EmailDomainFinder

EmailDomainFinder is an OSINT program that allows you to uncover a censored domain in an email adress.
For example, you can find out an account's censored email by using the password recovery mode on sites such as Instagram or Twitter.
The email adress will appear like this : h**********6@y***o.com.
Enter this email in EmailDomainFinder, and you'll get this result :
[Match] y***o.com matches with yahoo.com

For common used email, it's not the ideal, but if your target uses rarely used domain, it will never be that fast to uncover what is it.
This program uses a list of 6100 + domain list (https://gist.github.com/ammarshah/f5c2624d767f91a7cbdc4e54db8dd0bf) oftenly updated.

*The 6100+ domain list can be replaced by a list of 15.926.668 domains. See more at the end of the README.

Installation

git clone https://github.com/novitae/EmailDomainFinder
cd EmailDomainFinder
pip install -r requirements.txt
python3 refgen.py

Running refgen.py will get the domain list and generate the technical reference list for the program to work.
To update the domain list, just python3 refgen.py again, it will delete the list and install the latest version.

If you want install the first version where the program asks you directly for the email/domain and if you want to export,
simply replace the first installation line by git clone https://github.com/novitae/EmailDomainFinder/tree/b8b4f708be771a66a32e38e6d37bc35b17fa54e6,
and do the same steps than if it was the actual repo.

Running

To tun the program, do python3 emaildomainfinder.py -h. To enter a mail, do python3 emaildomainfinder.py -c <your_mail>.
To export the match results, do python3 emaildomainfinder.py -c <your_mail> -e.
If you export the result, it will be exported in the folder where emaildomainfinder.py is in a file named DomainsCorrelation.txt.
You can also enter a censored domain name too, it will work.
All the censored characters in the entry needs to be *, no x, ?, or i don't know what else.

How it works ?

First, i'm a beginner in Python, please don't trashtalk me for what you will read if you find that terrible. Thanks.

So, the refgen.py downloads the list of all public domain provider. Then it takes each line of it, and create, what i called, a "reference list".
For example, 0-mail.com will be turned in (6, 3);0-mail.com;0#1 -#2 m#3 a#4 i#5 l#6 .#7 c#8 o#9 m#10 .
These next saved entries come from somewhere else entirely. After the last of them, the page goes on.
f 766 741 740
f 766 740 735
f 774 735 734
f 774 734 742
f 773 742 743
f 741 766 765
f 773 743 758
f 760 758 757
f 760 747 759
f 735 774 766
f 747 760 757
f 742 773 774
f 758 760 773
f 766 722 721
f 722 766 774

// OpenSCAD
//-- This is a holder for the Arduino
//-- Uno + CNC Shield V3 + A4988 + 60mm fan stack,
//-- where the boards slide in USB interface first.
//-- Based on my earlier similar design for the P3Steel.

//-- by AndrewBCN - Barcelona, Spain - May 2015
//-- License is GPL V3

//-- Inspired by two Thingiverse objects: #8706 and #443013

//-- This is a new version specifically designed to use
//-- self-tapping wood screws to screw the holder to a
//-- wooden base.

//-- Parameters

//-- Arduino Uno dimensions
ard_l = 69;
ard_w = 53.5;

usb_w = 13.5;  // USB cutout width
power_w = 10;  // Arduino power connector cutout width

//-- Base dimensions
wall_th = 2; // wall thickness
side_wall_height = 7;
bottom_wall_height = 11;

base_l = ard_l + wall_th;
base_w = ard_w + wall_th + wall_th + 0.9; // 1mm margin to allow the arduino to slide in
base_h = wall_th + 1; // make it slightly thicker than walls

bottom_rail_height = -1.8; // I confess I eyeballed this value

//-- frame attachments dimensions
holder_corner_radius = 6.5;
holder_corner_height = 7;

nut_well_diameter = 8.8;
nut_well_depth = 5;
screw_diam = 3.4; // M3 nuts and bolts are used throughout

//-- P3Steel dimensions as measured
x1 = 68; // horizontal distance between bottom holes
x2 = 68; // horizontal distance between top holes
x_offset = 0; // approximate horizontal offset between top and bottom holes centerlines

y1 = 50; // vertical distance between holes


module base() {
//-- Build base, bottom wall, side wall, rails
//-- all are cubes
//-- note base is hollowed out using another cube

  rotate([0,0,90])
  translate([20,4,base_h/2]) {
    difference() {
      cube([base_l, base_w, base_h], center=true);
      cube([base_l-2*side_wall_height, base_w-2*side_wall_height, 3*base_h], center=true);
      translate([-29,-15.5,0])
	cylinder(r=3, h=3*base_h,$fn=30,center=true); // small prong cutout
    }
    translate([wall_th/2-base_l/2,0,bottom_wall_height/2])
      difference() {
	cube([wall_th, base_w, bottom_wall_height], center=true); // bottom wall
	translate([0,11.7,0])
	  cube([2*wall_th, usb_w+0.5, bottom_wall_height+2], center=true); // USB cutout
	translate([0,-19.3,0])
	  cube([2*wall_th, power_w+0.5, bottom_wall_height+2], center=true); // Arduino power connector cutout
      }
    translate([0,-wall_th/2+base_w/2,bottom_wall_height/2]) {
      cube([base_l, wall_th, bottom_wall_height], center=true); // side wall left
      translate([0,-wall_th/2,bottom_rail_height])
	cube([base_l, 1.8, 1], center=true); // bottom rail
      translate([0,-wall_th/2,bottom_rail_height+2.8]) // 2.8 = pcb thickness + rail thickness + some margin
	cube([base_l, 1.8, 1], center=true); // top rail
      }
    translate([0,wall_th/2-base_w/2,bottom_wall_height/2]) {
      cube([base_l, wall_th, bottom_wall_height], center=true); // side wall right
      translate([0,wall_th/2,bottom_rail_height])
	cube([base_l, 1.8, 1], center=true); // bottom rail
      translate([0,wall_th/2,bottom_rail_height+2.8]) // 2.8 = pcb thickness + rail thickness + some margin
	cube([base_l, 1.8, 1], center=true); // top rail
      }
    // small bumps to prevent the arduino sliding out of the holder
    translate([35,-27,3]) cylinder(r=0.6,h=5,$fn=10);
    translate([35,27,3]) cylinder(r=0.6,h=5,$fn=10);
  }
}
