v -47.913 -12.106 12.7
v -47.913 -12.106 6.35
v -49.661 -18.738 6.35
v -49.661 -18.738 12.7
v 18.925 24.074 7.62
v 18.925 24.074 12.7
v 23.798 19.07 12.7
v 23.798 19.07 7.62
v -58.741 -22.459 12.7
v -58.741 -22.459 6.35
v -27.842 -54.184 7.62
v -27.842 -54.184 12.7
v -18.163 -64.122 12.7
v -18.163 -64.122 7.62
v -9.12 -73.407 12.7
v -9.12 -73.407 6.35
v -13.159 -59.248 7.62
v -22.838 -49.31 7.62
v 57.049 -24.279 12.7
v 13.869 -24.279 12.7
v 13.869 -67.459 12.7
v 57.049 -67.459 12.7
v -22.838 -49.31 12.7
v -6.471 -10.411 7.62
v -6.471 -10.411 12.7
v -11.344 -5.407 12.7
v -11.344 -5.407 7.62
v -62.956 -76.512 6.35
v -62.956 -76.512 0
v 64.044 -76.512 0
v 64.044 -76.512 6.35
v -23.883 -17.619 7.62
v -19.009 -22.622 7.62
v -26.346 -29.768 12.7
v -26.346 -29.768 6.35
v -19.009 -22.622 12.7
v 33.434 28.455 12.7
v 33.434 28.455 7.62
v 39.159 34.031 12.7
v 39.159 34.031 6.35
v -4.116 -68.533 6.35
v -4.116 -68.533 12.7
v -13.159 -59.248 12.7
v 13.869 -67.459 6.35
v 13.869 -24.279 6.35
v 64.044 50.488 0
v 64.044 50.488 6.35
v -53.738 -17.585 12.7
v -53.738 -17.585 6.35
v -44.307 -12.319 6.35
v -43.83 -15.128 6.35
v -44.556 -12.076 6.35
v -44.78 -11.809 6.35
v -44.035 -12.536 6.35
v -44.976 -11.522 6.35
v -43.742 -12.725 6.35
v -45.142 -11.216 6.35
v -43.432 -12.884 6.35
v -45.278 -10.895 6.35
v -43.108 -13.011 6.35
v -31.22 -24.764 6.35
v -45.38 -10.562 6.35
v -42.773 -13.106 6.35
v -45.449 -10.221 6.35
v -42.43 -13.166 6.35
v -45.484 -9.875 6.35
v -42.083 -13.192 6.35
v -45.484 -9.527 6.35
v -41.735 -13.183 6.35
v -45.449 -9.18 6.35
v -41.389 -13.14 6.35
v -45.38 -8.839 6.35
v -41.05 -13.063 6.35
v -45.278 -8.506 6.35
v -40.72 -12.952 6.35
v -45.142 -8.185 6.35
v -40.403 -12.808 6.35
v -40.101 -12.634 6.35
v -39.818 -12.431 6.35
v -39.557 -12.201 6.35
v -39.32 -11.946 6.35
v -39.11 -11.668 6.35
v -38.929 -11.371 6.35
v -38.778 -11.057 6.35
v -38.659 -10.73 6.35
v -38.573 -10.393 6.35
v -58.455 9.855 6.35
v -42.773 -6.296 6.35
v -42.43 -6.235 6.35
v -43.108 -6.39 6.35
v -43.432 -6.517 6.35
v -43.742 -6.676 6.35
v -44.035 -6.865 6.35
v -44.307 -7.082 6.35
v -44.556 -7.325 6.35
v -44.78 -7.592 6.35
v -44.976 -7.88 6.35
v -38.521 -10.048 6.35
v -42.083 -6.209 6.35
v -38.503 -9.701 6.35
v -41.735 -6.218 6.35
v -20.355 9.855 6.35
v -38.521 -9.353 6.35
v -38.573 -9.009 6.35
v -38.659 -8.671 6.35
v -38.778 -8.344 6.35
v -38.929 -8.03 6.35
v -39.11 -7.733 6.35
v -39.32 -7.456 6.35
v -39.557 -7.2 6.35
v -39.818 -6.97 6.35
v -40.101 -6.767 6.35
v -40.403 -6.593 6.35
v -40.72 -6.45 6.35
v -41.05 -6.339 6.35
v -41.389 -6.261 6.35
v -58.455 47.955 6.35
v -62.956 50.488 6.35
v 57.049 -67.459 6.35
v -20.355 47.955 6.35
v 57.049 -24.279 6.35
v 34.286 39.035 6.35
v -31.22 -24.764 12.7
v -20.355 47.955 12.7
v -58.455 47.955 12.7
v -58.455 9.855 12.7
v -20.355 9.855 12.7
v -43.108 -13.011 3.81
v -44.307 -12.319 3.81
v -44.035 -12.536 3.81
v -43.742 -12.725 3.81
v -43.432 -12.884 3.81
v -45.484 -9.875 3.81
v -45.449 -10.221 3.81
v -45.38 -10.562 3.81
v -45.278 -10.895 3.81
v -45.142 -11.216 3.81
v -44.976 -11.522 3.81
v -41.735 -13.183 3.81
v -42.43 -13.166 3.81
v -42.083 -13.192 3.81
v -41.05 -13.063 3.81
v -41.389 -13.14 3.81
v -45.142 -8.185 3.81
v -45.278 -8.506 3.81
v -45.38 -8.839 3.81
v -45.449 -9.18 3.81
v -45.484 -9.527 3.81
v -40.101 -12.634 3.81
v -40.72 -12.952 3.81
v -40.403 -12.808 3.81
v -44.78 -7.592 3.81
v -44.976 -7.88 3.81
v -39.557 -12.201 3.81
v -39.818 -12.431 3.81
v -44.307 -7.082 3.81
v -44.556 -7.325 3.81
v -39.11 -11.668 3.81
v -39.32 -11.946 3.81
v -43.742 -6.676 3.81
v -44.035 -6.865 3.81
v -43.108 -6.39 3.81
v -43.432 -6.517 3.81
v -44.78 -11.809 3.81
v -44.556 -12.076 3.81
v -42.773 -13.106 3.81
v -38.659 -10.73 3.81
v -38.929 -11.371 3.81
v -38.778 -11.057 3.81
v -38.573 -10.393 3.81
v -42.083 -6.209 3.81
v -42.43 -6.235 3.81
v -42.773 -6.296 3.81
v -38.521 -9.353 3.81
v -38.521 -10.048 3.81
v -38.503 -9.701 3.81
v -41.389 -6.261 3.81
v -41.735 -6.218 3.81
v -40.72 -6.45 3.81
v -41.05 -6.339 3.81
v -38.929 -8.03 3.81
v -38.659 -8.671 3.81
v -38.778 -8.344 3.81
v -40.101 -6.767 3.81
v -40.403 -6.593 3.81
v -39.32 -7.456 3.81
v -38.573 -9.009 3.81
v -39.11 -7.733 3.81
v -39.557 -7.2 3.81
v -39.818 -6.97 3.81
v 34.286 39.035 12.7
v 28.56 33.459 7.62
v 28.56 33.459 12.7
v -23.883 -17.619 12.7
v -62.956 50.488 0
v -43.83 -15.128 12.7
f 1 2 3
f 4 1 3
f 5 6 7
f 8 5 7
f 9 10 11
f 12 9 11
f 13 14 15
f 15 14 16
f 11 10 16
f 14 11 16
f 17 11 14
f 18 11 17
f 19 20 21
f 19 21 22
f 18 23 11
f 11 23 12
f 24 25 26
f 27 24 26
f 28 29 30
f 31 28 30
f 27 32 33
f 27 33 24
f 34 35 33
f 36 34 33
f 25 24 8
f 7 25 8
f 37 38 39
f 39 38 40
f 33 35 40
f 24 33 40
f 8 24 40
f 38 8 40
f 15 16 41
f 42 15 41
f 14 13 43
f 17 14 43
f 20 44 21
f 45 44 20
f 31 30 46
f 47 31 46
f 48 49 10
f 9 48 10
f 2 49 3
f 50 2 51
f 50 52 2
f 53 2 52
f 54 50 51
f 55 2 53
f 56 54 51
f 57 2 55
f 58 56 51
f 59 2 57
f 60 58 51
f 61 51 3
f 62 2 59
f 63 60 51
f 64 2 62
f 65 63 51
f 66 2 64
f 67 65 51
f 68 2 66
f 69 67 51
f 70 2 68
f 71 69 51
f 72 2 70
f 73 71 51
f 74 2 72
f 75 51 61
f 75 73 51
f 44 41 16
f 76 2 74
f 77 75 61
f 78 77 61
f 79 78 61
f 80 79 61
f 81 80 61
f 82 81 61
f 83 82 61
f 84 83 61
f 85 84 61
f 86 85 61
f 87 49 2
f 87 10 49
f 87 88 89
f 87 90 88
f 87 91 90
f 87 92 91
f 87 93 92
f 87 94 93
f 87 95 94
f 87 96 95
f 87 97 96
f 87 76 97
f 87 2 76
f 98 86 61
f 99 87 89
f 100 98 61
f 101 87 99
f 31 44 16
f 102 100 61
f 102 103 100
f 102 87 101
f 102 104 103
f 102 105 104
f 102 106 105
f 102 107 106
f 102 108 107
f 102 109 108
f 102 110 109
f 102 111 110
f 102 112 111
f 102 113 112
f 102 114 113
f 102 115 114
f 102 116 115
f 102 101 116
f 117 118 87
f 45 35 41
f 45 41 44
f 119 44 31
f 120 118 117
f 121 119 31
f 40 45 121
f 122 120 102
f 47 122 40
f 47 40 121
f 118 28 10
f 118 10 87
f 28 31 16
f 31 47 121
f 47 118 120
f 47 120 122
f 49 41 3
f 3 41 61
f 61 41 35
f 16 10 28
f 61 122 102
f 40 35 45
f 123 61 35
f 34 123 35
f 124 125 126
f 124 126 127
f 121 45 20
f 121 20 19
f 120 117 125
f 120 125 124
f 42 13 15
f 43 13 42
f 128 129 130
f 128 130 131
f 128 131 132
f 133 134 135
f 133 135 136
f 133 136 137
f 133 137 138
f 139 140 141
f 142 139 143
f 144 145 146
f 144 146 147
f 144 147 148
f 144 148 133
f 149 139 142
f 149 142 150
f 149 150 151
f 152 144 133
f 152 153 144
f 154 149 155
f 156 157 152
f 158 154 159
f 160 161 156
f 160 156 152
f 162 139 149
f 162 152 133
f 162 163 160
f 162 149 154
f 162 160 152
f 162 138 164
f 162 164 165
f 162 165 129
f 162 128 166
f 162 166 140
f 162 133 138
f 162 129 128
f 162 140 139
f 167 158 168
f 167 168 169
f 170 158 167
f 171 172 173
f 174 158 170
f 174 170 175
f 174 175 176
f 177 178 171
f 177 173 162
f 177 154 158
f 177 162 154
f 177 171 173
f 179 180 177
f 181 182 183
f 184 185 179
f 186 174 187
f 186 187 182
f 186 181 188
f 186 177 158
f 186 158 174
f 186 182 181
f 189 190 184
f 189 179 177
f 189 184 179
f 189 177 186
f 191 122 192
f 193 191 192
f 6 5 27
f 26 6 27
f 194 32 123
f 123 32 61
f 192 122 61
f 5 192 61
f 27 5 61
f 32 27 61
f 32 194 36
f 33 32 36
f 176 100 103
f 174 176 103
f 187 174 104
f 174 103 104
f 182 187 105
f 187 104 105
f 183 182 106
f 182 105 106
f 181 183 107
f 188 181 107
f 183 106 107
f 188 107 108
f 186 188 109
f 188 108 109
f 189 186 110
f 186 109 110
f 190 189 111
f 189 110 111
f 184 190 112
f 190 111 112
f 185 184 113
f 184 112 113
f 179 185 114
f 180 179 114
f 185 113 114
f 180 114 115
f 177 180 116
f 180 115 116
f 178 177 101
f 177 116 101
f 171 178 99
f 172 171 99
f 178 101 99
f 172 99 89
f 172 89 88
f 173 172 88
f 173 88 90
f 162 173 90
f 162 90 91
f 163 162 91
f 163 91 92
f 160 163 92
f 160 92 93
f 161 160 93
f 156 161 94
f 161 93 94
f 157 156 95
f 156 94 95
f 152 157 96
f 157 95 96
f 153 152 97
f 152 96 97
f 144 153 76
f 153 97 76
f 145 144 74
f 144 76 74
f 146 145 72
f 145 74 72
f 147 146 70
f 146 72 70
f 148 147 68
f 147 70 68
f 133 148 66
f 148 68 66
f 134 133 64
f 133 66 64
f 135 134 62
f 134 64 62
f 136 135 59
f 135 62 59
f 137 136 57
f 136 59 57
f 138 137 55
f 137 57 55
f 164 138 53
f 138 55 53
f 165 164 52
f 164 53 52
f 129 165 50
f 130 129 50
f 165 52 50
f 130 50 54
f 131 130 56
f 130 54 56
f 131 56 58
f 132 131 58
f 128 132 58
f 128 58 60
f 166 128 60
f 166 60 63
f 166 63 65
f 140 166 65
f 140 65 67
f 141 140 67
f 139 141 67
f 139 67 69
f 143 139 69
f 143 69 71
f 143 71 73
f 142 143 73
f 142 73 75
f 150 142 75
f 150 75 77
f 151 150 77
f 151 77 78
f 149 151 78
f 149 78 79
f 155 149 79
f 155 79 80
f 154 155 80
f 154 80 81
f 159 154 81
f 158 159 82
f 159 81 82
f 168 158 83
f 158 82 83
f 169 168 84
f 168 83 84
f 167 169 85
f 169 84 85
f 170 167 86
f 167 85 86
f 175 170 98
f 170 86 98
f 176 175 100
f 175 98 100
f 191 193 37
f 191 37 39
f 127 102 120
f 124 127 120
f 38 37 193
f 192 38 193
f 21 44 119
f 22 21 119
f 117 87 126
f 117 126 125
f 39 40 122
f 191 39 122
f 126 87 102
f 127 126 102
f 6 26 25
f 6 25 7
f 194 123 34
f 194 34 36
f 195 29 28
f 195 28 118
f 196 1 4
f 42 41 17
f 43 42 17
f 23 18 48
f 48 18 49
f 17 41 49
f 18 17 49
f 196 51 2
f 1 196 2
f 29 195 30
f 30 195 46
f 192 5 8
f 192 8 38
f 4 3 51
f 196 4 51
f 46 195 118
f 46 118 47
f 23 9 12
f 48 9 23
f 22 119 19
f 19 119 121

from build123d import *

# Parameters (mm, degrees)
F0_W      = 127
F0_H      = 127
F1_DEPTH  = 6.35
F3_DEPTH  = 6.35
F5_DEPTH  = 5.08
F6_W      = 43.18
F6_H      = 43.18
F7_DEPTH  = 6.35
F9_DEPTH  = 6.35
F11_DEPTH = 5.08
F12_W     = 38.1
F12_H     = 38.1
F13_DEPTH = 6.35
F14_R     = 3.4925
F15_DEPTH = 2.54
F17_DEPTH = 6.35


with BuildPart() as f1:
    # F0 (on Top) → F1 (new body)
    with BuildSketch(Plane.XY):
        with Locations((0.5442854017, -13.0122138653)):
            Rectangle(F0_W, F0_H)
    extrude(amount=F1_DEPTH)

    # F2 (on face) → F3 (join)
    with BuildSketch(Plane.XY.offset(6.35)):
        Polygon((-53.7375879309, -17.5850009601), (-58.7414534923, -22.4585576124), (-9.1197857594, -73.4070069648), (-4.115920198, -68.5334503124), align=None)
    extrude(amount=F3_DEPTH)

    # F4 (on face) → F5 (cut)
    with BuildSketch(Plane.XY.offset(12.7)):
        Polygon((-22.838354329, -49.3104166932), (-27.8422198903, -54.1839733455), (-18.1633084233, -64.1216790535), (-13.1594428619, -59.2481224011), align=None)
    extrude(amount=-F5_DEPTH, mode=Mode.SUBTRACT)

    # F6 (on face) → F7 (join)
    with BuildSketch(Plane.XY.offset(6.35)):
        with Locations((35.4591379873, -45.8693522716)):
            Rectangle(F6_W, F6_H)
    extrude(amount=F7_DEPTH)

    # F8 (on face) → F9 (join)
    with BuildSketch(Plane.XY.offset(6.35)):
        Polygon((34.285597458, 39.0348099981), (-31.2195517093, -24.764477087), (-26.345995057, -29.7683426483), (39.1591541104, 34.0309444367), align=None)
    extrude(amount=F9_DEPTH)

    # F10 (on face) → F11 (cut)
    with BuildSketch(Plane.XY.offset(12.7)):
        Polygon((-11.3444998697, -5.4070043651), (-23.882560582, -17.618553305), (-19.0090039296, -22.6224188664), (-6.4709432174, -10.4108699265), align=None)
        Polygon((28.5604737616, 33.4587779618), (18.924622147, 24.0738598097), (23.7981787993, 19.0699942484), (33.434030414, 28.4549124004), align=None)
    extrude(amount=-F11_DEPTH, mode=Mode.SUBTRACT)

    # F12 (on face) → F13 (join)
    with BuildSketch(Plane.XY.offset(6.35)):
        with Locations((-39.4052062184, 28.9046873478)):
            Rectangle(F12_W, F12_H)
    extrude(amount=F13_DEPTH)

    # F14 (on face) → F15 (cut)
    with BuildSketch(Plane.XY.offset(6.35)):
        with Locations((-41.9958606362, -9.7006224096)):
            Circle(F14_R)
    extrude(amount=-F15_DEPTH, mode=Mode.SUBTRACT)

    # F16 (on face) → F17 (join)
    with BuildSketch(Plane.XY.offset(6.35)):
        Polygon((-43.8297687504, -15.1278137338), (-47.9132530889, -12.1059673352), (-49.6608870253, -18.737553844), align=None)
    extrude(amount=F17_DEPTH)


solid = f1.part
So, (6, 3) is the "reference". It is the list of the lenght of each string of each side of the . in the domain.
For example, len(0-mail) equals 6, and len(com) equals 3.
Then, 0-mail.comis simply the mail so we can get it back further to write it.
Finally, 0#1 -#2 m#3 a#4 i#5 l#6 .#7 c#8 o#9 m#10 are the "characters references".
It spells the domain but with the location of each characters after the #.

When you launch emaildomainfinder.py, the email you enter only keeps the part after the @, to only keep the domain. It makes a reference for the email (('i', 'i'), or ('i', 'i', 'i') if the domain have 3 times a .), then it spells the same manner than before the domain to make "character references". It write these in a sort of "cache" txt file.

Then the lines of the "cache" file are turned into a list. Then "character references" part of the domain list is turned into a list too. Then we compare the lists. If all the elements of the list of the entered domain are in the "character references" part of the domain list, we print and/or export the name of the domain.

Replacing the 6.000 domains by 15.926.668 domains

To make a way larger search, you can replace the original 6.100 domain list by a 15.926.668 scrapped on https://www.email-format.com/

Procedure

Follow the instructions of the README of the page where the domain list is coming from. https://github.com/novitae/TitanEmailsDomainList
If you want to go faster :

pip install termcolor
git clone https://github.com/novitae/TitanEmailsDomainList
cd TitanEmailsDomainList
python3 fullrefgen.py

To paste the path of the file it will ask you, take the full_domain_list.txt and drop it in your terminal window.
It will normally write the path for this file. Then click enter.

You will normally see a lot of lines writing themselves fast in your terminal window like this :

Generating reference for email.com
Generating reference for email.com
Generating reference for email.com

It is normal. You can do something else while generating the reference list, it can take a long time.
It took me about 50 minutes with a 2,3 GHz Intel Core i5 two core.

Once the full_domain_list.txt generated, copy it to EmailDomainFinder. Replace the old one.
If there's no old, don't run the refgen.py program in EmailDomainFinder, or it will erase the full domain list to replace it by the 6.100 domains one.